There were several surveyors in the party, and their assistants, besides the sailors of the vessel and a few soldiers from Captain Meinhold’s company, who acted as an escort.

Terrified almost out of their wits by the violence of the wind and the fearful height to which the waves ran, tossing the craft up and down as if it were a mere cockleshell, were also three women, wives of three of the surveyors.

Suddenly, when the storm was at its height, a wave swept over the quarter of the schooner, washing away a deck house and carrying five men with it.

To save them was impossible. Even if the skipper could have worn schooner, instead of merely driving helplessly before the wind, they could not have been found and picked up on such a stormy night in such a raging sea.

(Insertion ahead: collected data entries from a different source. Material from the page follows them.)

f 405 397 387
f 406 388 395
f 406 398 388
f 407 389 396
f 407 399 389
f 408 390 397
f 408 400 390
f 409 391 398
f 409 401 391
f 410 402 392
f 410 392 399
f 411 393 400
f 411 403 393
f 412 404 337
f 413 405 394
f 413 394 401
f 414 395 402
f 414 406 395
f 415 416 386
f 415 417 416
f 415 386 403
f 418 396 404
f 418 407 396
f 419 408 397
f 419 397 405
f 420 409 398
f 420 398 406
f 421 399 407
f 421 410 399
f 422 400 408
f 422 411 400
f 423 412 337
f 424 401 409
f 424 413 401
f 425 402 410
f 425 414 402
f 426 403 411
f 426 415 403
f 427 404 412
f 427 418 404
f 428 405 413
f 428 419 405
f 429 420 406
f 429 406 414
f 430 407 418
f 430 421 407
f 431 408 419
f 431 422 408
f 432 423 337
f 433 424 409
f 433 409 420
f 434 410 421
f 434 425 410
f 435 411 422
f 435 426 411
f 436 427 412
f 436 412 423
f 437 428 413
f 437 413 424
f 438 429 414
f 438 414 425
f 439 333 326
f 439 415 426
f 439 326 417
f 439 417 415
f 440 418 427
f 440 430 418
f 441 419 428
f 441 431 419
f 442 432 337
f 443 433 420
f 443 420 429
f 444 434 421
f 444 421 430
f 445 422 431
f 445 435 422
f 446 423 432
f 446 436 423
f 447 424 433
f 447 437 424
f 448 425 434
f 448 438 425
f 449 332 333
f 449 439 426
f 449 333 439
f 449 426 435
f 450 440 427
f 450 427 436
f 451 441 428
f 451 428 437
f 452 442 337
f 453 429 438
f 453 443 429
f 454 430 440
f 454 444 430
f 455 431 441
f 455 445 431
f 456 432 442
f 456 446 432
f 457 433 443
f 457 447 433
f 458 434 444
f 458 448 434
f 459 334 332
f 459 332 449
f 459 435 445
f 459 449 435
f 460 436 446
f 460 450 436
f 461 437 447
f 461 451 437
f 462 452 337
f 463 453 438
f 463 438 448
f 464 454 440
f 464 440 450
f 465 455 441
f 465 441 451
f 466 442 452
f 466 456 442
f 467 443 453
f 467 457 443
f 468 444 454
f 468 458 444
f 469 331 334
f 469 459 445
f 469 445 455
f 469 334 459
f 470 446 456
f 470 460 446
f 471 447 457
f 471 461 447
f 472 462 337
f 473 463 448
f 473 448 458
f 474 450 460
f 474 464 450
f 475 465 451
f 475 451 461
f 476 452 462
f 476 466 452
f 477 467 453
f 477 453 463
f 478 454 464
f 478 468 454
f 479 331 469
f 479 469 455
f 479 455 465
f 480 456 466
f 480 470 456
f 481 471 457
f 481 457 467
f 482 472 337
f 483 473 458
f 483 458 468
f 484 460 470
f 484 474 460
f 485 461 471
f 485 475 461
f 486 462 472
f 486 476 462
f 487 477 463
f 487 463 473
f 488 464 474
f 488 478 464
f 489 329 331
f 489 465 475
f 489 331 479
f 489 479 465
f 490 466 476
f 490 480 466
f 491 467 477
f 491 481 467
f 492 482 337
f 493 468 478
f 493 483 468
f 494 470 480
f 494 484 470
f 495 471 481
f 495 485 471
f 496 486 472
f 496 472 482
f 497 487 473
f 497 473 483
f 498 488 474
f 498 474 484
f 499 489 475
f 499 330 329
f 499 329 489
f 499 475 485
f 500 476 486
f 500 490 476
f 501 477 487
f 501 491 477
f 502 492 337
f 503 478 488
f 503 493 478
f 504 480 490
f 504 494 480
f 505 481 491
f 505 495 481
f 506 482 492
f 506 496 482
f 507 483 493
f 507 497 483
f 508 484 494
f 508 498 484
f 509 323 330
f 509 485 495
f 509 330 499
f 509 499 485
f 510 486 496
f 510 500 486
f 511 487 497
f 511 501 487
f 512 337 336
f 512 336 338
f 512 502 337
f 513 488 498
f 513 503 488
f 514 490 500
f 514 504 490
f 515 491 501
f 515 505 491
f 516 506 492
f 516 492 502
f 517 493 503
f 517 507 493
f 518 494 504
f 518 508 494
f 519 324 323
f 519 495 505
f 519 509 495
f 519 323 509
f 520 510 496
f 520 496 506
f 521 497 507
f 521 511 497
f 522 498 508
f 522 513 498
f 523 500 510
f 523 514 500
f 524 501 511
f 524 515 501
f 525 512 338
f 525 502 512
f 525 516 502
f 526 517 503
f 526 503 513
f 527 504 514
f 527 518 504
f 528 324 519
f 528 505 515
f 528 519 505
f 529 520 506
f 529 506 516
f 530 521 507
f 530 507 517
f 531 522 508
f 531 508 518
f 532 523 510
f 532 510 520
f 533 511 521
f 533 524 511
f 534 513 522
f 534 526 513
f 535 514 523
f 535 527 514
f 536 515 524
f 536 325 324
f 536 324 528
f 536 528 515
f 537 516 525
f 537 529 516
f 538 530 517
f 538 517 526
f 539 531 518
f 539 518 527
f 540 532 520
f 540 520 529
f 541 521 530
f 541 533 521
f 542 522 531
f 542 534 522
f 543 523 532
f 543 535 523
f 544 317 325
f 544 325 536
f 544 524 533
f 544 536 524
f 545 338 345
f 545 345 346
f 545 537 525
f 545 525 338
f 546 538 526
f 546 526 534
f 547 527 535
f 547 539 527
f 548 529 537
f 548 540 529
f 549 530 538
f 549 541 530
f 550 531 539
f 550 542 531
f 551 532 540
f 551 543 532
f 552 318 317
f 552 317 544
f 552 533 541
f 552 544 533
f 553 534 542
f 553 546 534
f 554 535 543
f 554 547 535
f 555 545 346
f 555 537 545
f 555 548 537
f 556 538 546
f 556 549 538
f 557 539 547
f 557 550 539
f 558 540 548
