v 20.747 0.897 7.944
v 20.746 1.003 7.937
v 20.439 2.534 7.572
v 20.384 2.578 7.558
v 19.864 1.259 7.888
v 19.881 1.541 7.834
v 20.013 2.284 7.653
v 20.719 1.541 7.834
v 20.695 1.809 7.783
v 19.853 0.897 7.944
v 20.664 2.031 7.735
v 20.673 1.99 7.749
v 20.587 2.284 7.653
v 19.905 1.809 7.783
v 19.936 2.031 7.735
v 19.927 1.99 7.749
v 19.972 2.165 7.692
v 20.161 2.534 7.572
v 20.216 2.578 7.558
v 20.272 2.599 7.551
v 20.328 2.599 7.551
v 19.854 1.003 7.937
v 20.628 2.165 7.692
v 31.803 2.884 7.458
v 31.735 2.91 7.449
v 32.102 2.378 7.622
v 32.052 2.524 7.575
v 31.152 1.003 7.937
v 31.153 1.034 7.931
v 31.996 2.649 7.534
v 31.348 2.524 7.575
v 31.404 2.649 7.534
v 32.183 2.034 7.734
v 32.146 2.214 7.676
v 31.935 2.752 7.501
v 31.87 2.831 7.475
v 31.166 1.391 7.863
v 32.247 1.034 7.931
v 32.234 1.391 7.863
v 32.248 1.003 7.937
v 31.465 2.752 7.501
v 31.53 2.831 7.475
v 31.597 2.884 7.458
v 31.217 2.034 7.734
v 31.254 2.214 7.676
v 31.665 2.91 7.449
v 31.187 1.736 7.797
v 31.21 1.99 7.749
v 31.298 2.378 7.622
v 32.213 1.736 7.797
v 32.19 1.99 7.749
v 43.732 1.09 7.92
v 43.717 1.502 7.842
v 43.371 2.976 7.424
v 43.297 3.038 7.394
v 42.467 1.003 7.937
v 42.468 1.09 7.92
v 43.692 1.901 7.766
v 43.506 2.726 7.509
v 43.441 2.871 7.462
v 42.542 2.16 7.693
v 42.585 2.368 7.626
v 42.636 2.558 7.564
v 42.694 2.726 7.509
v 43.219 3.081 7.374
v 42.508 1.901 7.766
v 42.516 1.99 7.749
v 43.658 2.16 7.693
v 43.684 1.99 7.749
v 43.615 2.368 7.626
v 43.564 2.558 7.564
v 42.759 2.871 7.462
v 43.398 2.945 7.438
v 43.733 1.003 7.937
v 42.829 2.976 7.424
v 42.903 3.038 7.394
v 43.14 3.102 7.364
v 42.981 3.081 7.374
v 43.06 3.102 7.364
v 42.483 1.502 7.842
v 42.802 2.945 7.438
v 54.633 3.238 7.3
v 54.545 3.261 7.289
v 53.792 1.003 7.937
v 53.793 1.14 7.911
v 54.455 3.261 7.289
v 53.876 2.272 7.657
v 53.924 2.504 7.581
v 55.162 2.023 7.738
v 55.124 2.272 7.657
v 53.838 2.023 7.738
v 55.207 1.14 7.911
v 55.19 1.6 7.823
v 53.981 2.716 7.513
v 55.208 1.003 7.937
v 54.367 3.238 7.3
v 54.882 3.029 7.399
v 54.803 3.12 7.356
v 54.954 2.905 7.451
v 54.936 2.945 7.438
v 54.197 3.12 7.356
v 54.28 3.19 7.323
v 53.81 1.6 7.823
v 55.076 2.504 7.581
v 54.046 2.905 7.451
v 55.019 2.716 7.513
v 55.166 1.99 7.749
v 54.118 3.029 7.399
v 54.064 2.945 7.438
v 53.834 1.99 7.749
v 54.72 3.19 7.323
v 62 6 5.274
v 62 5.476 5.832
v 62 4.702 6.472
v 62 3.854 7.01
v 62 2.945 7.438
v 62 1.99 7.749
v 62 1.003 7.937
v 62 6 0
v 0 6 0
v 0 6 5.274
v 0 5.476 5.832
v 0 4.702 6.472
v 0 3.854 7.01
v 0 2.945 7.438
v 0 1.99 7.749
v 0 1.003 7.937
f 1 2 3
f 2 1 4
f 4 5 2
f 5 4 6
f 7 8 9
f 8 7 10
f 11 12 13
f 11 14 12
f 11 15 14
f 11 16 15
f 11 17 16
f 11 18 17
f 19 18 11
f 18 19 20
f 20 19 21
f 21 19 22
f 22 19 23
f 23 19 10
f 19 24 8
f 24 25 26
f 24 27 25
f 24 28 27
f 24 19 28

A few minutes later the mainmast went by the board, killing two more men and leaving the vessel a helpless wreck.

The skipper was one of the two men killed by the fall of the mast. His mate had been washed overboard. There was no one left who was competent to navigate the vessel, even if she had been navigable.

The well had been sounded a little while before, and it had been found that the craft was leaking badly.

Captain Meinhold ordered one of the seamen to find out if the water was gaining. The man did so, and returned with the terrible news that it was simply pouring in and the schooner was fast settling down.

“She’s nothing but a sieve now,” said the man. “The fall of the mainmast just racked her to pieces and opened the seams.”